Anyhow, coming up on halfway through class I began to realize that my bowels were sending me urgent messages of dire need, so I went to the bathroom. All was well until I stood up at the end of the performance and realized I had made a rather substantial deposit. Uh oh, I thought.
And I was right to be concerned. Despite my pre-flush efforts, the toilet overflowed violently. Water fountaining over the sides of the toilet with me helplessly jiggling the handle. I had to go next door and tell the two program aides about it.
Patient readers know that this kind of thing freaks me the fuck out and throws me into a depressed, anxious, and freaked out mood filled with so many layers of Freudian shame that it it’s like a baklava of neurosis.
So I was deep in the depressive deep freeze when I went back to class. I felt cold and numb and like I was in shock, which was not that far from the truth.
Weird how our minds can throw our bodies into genuine medical distress just from emotions, don’t you think? Makes me feel like we need better safety circuits.
And then came the test. I knew I would not do super well, but I wasn’t too overly concerned (just overly concerned enough) because I test well and I figured that meant that I would at least pass.
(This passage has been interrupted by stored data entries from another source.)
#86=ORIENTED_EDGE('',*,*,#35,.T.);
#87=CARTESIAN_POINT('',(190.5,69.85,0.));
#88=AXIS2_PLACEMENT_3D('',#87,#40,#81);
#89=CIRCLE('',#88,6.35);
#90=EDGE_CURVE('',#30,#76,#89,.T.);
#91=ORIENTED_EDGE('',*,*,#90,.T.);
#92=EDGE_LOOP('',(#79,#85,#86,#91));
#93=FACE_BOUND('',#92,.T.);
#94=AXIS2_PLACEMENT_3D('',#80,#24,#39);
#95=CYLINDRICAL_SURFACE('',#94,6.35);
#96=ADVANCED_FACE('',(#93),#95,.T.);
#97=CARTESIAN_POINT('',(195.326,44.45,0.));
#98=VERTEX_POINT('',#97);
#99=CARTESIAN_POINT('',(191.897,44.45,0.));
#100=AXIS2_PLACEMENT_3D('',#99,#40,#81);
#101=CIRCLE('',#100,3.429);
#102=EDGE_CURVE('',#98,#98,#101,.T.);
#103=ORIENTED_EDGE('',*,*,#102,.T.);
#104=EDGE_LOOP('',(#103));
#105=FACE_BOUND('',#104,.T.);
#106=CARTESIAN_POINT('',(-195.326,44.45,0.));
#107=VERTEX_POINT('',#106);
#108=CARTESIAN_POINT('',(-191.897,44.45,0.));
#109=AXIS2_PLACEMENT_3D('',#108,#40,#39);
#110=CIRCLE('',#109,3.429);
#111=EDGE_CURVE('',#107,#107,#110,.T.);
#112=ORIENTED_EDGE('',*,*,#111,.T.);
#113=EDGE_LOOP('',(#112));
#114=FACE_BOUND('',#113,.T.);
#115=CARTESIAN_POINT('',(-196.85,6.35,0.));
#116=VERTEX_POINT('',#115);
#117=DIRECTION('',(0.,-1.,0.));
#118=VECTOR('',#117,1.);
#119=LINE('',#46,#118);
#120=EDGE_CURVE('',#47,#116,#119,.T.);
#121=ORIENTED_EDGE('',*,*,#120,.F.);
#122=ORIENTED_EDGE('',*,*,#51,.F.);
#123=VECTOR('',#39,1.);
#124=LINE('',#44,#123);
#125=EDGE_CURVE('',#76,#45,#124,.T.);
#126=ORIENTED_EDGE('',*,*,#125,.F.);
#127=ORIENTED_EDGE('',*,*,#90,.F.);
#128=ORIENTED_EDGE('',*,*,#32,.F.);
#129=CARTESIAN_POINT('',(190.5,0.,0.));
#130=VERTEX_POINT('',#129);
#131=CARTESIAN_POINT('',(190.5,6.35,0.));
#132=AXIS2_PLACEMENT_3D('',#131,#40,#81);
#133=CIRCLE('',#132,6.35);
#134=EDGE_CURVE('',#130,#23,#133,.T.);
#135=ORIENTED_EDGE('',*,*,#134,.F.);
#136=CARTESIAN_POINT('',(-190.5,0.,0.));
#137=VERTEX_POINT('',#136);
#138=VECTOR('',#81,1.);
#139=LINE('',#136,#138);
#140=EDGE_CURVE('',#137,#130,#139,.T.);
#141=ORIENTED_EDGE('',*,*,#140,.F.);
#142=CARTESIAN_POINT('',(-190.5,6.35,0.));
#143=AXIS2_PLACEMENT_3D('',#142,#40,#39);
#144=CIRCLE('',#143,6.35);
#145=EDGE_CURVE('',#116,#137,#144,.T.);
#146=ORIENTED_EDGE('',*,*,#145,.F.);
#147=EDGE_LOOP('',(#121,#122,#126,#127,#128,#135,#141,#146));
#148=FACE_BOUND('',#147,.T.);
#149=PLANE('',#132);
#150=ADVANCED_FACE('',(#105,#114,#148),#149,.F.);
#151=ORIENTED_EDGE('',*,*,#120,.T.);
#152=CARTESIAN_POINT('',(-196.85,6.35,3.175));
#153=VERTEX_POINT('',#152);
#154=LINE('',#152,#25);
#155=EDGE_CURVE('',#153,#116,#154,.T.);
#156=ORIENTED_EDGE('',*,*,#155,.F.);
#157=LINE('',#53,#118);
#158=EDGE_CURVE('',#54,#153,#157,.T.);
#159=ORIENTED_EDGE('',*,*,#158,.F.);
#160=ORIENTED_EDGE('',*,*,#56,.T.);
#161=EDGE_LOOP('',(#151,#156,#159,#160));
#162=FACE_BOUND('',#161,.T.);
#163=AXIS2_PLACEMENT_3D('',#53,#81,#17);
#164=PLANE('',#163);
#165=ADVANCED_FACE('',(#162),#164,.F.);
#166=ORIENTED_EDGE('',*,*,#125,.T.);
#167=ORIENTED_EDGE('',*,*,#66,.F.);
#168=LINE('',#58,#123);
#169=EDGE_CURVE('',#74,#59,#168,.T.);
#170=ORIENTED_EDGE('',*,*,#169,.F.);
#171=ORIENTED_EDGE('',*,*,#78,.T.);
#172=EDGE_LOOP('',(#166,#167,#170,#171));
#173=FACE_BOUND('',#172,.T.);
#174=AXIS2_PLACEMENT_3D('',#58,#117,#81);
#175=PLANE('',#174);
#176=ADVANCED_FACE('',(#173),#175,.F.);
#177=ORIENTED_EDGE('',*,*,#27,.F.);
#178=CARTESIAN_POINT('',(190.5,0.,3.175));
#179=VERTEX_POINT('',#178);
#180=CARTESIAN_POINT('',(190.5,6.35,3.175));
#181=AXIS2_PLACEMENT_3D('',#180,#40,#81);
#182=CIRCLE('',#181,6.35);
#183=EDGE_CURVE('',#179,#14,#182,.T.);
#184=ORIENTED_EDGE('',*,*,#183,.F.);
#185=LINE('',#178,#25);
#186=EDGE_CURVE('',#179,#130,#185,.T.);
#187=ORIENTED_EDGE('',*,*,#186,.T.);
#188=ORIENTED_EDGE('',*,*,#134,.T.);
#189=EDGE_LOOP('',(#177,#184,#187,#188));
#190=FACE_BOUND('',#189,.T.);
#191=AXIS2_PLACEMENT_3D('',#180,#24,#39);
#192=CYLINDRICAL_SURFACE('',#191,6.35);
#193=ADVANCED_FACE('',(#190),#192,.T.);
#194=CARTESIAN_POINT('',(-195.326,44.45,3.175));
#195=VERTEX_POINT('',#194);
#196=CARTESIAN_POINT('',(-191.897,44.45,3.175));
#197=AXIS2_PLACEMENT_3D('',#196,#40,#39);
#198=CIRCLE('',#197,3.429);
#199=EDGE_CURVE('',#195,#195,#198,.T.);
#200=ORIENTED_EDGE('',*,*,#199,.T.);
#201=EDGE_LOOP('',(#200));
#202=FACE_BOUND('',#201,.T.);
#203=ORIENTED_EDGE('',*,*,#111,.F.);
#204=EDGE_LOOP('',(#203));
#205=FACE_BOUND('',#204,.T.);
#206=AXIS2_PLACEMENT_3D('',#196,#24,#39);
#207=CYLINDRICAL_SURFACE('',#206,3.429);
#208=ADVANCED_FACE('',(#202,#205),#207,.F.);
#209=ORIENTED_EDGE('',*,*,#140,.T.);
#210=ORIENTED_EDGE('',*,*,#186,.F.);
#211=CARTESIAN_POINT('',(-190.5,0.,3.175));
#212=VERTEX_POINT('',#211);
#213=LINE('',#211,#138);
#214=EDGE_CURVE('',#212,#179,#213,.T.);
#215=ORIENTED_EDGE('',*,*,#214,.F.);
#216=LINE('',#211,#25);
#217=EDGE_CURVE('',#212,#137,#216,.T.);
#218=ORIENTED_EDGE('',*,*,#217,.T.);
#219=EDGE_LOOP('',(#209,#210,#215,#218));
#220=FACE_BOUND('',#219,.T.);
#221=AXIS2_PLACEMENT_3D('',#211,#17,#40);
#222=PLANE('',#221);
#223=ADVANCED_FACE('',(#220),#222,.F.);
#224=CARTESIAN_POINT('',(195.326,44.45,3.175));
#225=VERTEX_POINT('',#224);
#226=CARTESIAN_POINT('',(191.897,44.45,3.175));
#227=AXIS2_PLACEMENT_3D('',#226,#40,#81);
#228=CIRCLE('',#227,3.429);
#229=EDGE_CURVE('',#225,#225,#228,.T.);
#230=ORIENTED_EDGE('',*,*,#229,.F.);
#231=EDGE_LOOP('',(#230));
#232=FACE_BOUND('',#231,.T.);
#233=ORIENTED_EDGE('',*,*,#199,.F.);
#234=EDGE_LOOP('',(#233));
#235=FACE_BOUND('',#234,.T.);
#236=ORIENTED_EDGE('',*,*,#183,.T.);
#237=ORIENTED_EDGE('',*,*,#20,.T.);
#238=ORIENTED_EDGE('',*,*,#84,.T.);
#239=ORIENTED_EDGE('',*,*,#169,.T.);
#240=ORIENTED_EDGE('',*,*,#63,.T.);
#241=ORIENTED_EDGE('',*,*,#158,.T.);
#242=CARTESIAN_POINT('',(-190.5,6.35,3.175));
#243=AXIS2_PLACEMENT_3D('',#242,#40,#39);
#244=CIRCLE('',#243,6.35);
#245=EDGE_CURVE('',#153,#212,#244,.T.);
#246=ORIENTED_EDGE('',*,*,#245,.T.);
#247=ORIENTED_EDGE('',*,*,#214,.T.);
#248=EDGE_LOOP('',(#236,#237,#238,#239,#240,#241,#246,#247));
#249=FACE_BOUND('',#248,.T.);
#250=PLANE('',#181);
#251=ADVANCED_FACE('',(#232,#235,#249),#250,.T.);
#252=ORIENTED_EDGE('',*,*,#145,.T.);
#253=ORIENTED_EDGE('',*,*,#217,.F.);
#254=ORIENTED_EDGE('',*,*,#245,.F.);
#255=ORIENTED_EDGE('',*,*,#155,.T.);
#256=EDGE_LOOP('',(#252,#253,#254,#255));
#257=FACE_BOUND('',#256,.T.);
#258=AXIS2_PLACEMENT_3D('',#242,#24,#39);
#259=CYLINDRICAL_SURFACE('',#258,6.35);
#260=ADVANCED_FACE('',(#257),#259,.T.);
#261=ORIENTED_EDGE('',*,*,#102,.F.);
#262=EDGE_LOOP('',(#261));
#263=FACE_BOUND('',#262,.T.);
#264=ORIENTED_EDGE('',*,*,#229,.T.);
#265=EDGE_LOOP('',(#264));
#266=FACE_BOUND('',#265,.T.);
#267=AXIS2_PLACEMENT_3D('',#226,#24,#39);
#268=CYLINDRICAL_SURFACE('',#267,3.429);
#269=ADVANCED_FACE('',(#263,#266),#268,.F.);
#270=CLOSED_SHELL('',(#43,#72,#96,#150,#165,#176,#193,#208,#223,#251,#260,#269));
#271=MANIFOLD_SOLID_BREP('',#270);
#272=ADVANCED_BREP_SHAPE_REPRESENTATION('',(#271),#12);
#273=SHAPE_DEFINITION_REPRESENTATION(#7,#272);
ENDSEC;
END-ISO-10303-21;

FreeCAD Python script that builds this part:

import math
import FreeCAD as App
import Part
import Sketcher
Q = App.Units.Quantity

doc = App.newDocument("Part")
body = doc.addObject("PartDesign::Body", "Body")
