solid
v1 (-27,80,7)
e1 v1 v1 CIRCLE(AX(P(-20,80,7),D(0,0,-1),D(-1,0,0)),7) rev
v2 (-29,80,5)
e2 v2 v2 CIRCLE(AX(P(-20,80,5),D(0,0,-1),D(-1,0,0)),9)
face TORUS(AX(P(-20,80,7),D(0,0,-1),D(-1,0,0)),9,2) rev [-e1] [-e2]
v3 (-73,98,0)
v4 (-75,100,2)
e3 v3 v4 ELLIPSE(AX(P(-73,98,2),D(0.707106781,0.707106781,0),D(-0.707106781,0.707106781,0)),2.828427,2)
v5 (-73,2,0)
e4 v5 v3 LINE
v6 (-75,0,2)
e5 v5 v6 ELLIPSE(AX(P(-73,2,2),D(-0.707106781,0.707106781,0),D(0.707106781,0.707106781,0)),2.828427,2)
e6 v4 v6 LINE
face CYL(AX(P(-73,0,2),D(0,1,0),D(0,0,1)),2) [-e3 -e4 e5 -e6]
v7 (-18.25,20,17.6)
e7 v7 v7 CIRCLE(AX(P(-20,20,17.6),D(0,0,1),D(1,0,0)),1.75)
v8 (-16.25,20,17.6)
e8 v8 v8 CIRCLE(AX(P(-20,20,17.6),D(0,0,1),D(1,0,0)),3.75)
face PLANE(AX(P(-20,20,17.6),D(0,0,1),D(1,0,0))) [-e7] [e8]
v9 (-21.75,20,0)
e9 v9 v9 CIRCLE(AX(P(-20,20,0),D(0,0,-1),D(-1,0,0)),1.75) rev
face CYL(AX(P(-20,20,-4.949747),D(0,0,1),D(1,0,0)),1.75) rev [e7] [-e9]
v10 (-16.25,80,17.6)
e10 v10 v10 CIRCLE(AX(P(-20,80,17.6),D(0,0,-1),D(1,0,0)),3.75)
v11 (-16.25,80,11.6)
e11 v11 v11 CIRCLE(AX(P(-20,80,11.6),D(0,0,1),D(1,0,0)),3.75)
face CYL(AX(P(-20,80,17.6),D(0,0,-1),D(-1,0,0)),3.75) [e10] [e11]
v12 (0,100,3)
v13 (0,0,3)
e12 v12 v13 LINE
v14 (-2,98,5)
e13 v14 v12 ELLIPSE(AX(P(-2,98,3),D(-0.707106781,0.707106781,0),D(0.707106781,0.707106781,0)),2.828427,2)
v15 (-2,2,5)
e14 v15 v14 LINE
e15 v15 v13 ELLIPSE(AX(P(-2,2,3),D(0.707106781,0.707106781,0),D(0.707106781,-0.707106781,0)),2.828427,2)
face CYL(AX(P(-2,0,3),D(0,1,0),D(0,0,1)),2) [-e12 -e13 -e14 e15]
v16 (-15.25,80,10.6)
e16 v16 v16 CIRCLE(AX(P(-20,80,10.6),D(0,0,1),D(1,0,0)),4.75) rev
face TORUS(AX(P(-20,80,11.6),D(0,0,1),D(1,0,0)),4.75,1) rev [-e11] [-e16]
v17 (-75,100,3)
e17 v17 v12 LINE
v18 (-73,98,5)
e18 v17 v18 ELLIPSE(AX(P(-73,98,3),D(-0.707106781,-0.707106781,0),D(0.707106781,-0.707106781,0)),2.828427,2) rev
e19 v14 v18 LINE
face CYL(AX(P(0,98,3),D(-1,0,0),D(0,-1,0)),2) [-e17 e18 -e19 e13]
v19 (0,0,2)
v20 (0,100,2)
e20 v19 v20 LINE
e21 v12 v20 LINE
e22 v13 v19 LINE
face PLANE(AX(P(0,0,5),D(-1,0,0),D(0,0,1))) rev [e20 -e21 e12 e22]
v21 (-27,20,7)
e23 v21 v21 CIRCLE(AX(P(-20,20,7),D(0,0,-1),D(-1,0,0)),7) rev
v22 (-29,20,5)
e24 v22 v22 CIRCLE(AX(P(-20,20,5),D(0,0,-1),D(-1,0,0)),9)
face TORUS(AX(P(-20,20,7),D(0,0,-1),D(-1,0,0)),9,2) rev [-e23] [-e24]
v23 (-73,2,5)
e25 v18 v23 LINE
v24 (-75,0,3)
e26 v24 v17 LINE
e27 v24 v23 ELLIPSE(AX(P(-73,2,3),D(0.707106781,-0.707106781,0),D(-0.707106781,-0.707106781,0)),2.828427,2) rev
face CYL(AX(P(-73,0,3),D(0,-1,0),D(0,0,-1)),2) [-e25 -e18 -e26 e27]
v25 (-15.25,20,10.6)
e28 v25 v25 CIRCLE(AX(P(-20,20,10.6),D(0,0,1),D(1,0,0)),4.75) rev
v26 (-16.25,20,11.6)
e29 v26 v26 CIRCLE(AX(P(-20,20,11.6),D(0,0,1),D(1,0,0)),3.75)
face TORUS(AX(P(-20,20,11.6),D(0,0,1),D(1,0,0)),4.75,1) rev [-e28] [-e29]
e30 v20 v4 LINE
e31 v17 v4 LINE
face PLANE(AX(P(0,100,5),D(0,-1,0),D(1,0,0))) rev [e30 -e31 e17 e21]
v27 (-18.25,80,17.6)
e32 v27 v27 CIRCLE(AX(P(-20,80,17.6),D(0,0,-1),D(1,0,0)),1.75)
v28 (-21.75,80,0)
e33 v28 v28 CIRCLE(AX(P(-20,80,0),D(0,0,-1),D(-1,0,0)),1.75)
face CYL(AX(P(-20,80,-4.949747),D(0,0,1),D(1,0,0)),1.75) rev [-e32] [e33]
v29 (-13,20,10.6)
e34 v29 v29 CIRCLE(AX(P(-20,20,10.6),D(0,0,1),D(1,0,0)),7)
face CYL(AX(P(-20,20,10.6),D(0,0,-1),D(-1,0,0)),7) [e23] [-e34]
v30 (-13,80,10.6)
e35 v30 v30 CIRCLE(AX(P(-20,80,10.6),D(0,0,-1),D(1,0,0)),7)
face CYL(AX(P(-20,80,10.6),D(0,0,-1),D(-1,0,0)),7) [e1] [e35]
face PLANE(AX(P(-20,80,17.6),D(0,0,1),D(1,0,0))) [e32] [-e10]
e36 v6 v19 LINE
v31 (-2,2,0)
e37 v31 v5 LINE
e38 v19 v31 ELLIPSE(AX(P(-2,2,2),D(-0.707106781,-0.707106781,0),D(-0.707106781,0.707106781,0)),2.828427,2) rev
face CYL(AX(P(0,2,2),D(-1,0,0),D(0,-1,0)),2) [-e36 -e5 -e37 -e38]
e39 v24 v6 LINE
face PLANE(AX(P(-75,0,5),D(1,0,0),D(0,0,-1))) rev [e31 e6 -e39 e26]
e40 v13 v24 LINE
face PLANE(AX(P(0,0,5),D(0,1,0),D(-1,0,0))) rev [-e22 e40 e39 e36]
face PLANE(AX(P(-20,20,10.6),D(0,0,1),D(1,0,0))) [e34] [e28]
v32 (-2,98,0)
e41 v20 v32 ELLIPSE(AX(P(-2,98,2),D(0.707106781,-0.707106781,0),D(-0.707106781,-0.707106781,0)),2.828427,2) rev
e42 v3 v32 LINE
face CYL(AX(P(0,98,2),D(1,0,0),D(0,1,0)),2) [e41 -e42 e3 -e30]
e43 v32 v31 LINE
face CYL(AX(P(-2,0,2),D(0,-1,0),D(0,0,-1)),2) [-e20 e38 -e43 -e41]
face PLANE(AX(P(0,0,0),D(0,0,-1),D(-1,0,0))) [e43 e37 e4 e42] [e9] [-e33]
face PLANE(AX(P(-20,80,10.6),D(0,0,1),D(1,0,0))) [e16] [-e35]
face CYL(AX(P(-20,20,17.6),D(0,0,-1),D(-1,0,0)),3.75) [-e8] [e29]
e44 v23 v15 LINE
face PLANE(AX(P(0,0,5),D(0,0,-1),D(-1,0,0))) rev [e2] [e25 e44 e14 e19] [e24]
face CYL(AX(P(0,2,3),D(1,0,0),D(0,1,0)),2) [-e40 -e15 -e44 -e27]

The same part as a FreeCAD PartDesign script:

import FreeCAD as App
import Part
import Sketcher
Q = App.Units.Quantity


def edges_at(feature, points):
    """Names of the edges that pass closest to the given points."""
    edges = feature.Shape.Edges
    near = lambda p: min(range(len(edges)), key=lambda i: edges[i].distToShape(Part.Vertex(*p))[0])
    return sorted({f"Edge{near(p) + 1}" for p in points})


def add_polygon(sketch, points):
    """Adds a closed chain of lines whose ends are joined by coincident constraints."""
    first, n = sketch.GeometryCount, len(points)
    for a, b in zip(points, points[1:] + points[:1]):
        sketch.addGeometry(Part.LineSegment(App.Vector(*a, 0), App.Vector(*b, 0)), False)
    for i in range(n):
        sketch.addConstraint(Sketcher.Constraint("Coincident", first + i, 2, first + (i + 1) % n, 1))

doc = App.newDocument("Part")
body = doc.addObject("PartDesign::Body", "Body")

# Sketch on XY plane
sketch1 = doc.addObject("Sketcher::SketchObject", "Sketch")
body.addObject(sketch1)
sketch1.AttachmentSupport = (doc.XY_Plane, [""])
sketch1.MapMode = "FlatFace"
add_polygon(sketch1, [(-75, 0), (0, 0), (0, 100), (-75, 100)])  # lines 0-3
sketch1.addConstraint(Sketcher.Constraint("Horizontal", 0))
sketch1.addConstraint(Sketcher.Constraint("Vertical", 1))
sketch1.addConstraint(Sketcher.Constraint("Horizontal", 2))
sketch1.addConstraint(Sketcher.Constraint("Vertical", 3))
sketch1.addConstraint(Sketcher.Constraint("Coincident", 0, 2, -1, 1))
sketch1.addConstraint(Sketcher.Constraint("DistanceX", 0, 1, 0, 2, Q("75 mm")))
sketch1.addConstraint(Sketcher.Constraint("DistanceY", 1, 1, 1, 2, Q("100 mm")))
pad1 = doc.addObject("PartDesign::Pad", "Pad")
body.addObject(pad1)
pad1.Profile = sketch1
pad1.Length = 5

# Sketch on XY plane
sketch2 = doc.addObject("Sketcher::SketchObject", "Sketch001")
body.addObject(sketch2)
sketch2.AttachmentSupport = (doc.XY_Plane, [""])
sketch2.MapMode = "FlatFace"
sketch2.AttachmentOffset = App.Placement(App.Vector(0, 0, 5), App.Rotation())
sketch2.addGeometry(Part.Circle(App.Vector(-20, 20, 0), App.Vector(0, 0, 1), 7), False)
sketch2.addConstraint(Sketcher.Constraint("Diameter", 0, Q("14 mm")))
sketch2.addConstraint(Sketcher.Constraint("DistanceX", 0, 3, -1, 1, Q("20 mm")))
sketch2.addConstraint(Sketcher.Constraint("DistanceY", -1, 1, 0, 3, Q("20 mm")))
pad2 = doc.addObject("PartDesign::Pad", "Pad001")
body.addObject(pad2)
pad2.Profile = sketch2
pad2.Length = 5.6

# Sketch on XY plane
sketch3 = doc.addObject("Sketcher::SketchObject", "Sketch002")
body.addObject(sketch3)
sketch3.AttachmentSupport = (doc.XY_Plane, [""])
sketch3.MapMode = "FlatFace"
sketch3.AttachmentOffset = App.Placement(App.Vector(0, 0, 10.6), App.Rotation())
sketch3.addGeometry(Part.Circle(App.Vector(-20, 20, 0), App.Vector(0, 0, 1), 3.8), False)
sketch3.addConstraint(Sketcher.Constraint("Diameter", 0, Q("7.5 mm")))
sketch3.addConstraint(Sketcher.Constraint("DistanceX", 0, 3, -1, 1, Q("20 mm")))
sketch3.addConstraint(Sketcher.Constraint("DistanceY", -1, 1, 0, 3, Q("20 mm")))
pad3 = doc.addObject("PartDesign::Pad", "Pad002")
body.addObject(pad3)
pad3.Profile = sketch3
pad3.Length = 7

# Sketch on XY plane
sketch4 = doc.addObject("Sketcher::SketchObject", "Sketch003")
body.addObject(sketch4)
sketch4.AttachmentSupport = (doc.XY_Plane, [""])
sketch4.MapMode = "FlatFace"
sketch4.AttachmentOffset = App.Placement(App.Vector(0, 0, 17.6), App.Rotation())
sketch4.addGeometry(Part.Circle(App.Vector(-20, 20, 0), App.Vector(0, 0, 1), 1.8), False)
sketch4.addConstraint(Sketcher.Constraint("Diameter", 0, Q("3.5 mm")))
sketch4.addConstraint(Sketcher.Constraint("DistanceX", 0, 3, -1, 1, Q("20 mm")))
sketch4.addConstraint(Sketcher.Constraint("DistanceY", -1, 1, 0, 3, Q("20 mm")))
pocket1 = doc.addObject("PartDesign::Pocket", "Pocket")
body.addObject(pocket1)
pocket1.Profile = sketch4
pocket1.Length = 17.6
doc.recompute()

datumplane = doc.addObject("PartDesign::Plane", "DatumPlane")
body.addObject(datumplane)
datumplane.AttachmentSupport = (doc.XZ_Plane, [""])
datumplane.MapMode = "FlatFace"
datumplane.AttachmentOffset = App.Placement(App.Vector(0, 0, -50), App.Rotation())
mirrored = doc.addObject("PartDesign::Mirrored", "Mirrored")
body.addObject(mirrored)
mirrored.Originals = [pad2, pad3, pocket1]
mirrored.MirrorPlane = (datumplane, [""])
body.Tip = mirrored
doc.recompute()

fillet = doc.addObject("PartDesign::Fillet", "Fillet")
body.addObject(fillet)
fillet.Base = (mirrored, edges_at(mirrored, [
    (-37.5, 100, 5),
    (-13, 20, 5),
    (-75, 50, 5),
    (-13, 80, 5),
    (-37.5, 0, 5),
    (-75, 50, 0),
    (-37.5, 100, 0),
    (0, 50, 0),
    (-37.5, 0, 0),
    (0, 50, 5),
]))
fillet.Radius = 2
doc.recompute()

fillet2 = doc.addObject("PartDesign::Fillet", "Fillet001")
body.addObject(fillet2)
fillet2.Base = (fillet, edges_at(fillet, [(-23.75, 20, 10.6), (-23.75, 80, 10.6)]))
fillet2.Radius = 1

doc.recompute()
But then it came time to mark our tests and I realized that I had missed two pages of a five page test. The pages had been stuck together and I had not seen them. No wonder I had finished so early.
So I went from “deep freeze” to “bathed in liquid nitrogen” I did do something very intelligent, though : I immediately got up and left the room so that I would not hear the answers for that section.
Because of this, the teacher let me do that part of the test over my lunch break and I handed it in to her before the next leg of my long day’s journey into neurosis.
Which consisted of getting together with my partner for that Writing for Video Games presentation (after a quick Subway lunch). I had not heard a thing from them since our creative jam session last Wednesday, and seeing as the presentation is to be given tomorrow morning, I was kind of eager to get down on it.
So yes. I still have that to dread. Yay me.
It quickly became apparent that our crazy ass plot from the jam session was going to be very hard to explain. After a fair bit of work, we (I hope) have it reduced to something that can be conveyed in a ten minute presentation.
Makes me really wish we had come up with something really simple involving penguins, though. Cute little penguins having cute little happy and harmless and LINEAR adventures that a child could understand.
Bit late for that though.
After we finished, I headed on home. Good news : I finally remembered to get some prescriptions filled that had been sitting in my wallet for more than a week. The bad news : the bag my pharmacist put them in had no bottom, so my four bottles of pills scattered all over Cook street while I was in the middle of crossing it.
So I had to risk life and limb to retrieve them. At least I realized that the spillage was not my fault. At first, I, of course, blamed myself immediately, assuming that I had somehow managed to turn the bag over while clumsily handling it.
But no. The bag had no bottom. For once, it was not my own fuckery at work.
Oh well, at least today is over, school wise. All I have to do before tomorrow’s double whammy of classes is study up on our presentation so I am ready to do my part.
And once tomorrow is over, I have five days off before I start Term 6 : Endgame.
That’s roughly the right amount of time off. I don’t want any more than that. I just need a nice stretch of days in which there is absolutely nothing expected of me so I can concentrate on relaxing, and I am good to go.
Only one term left!
I will talk to you nice people again tomorrow.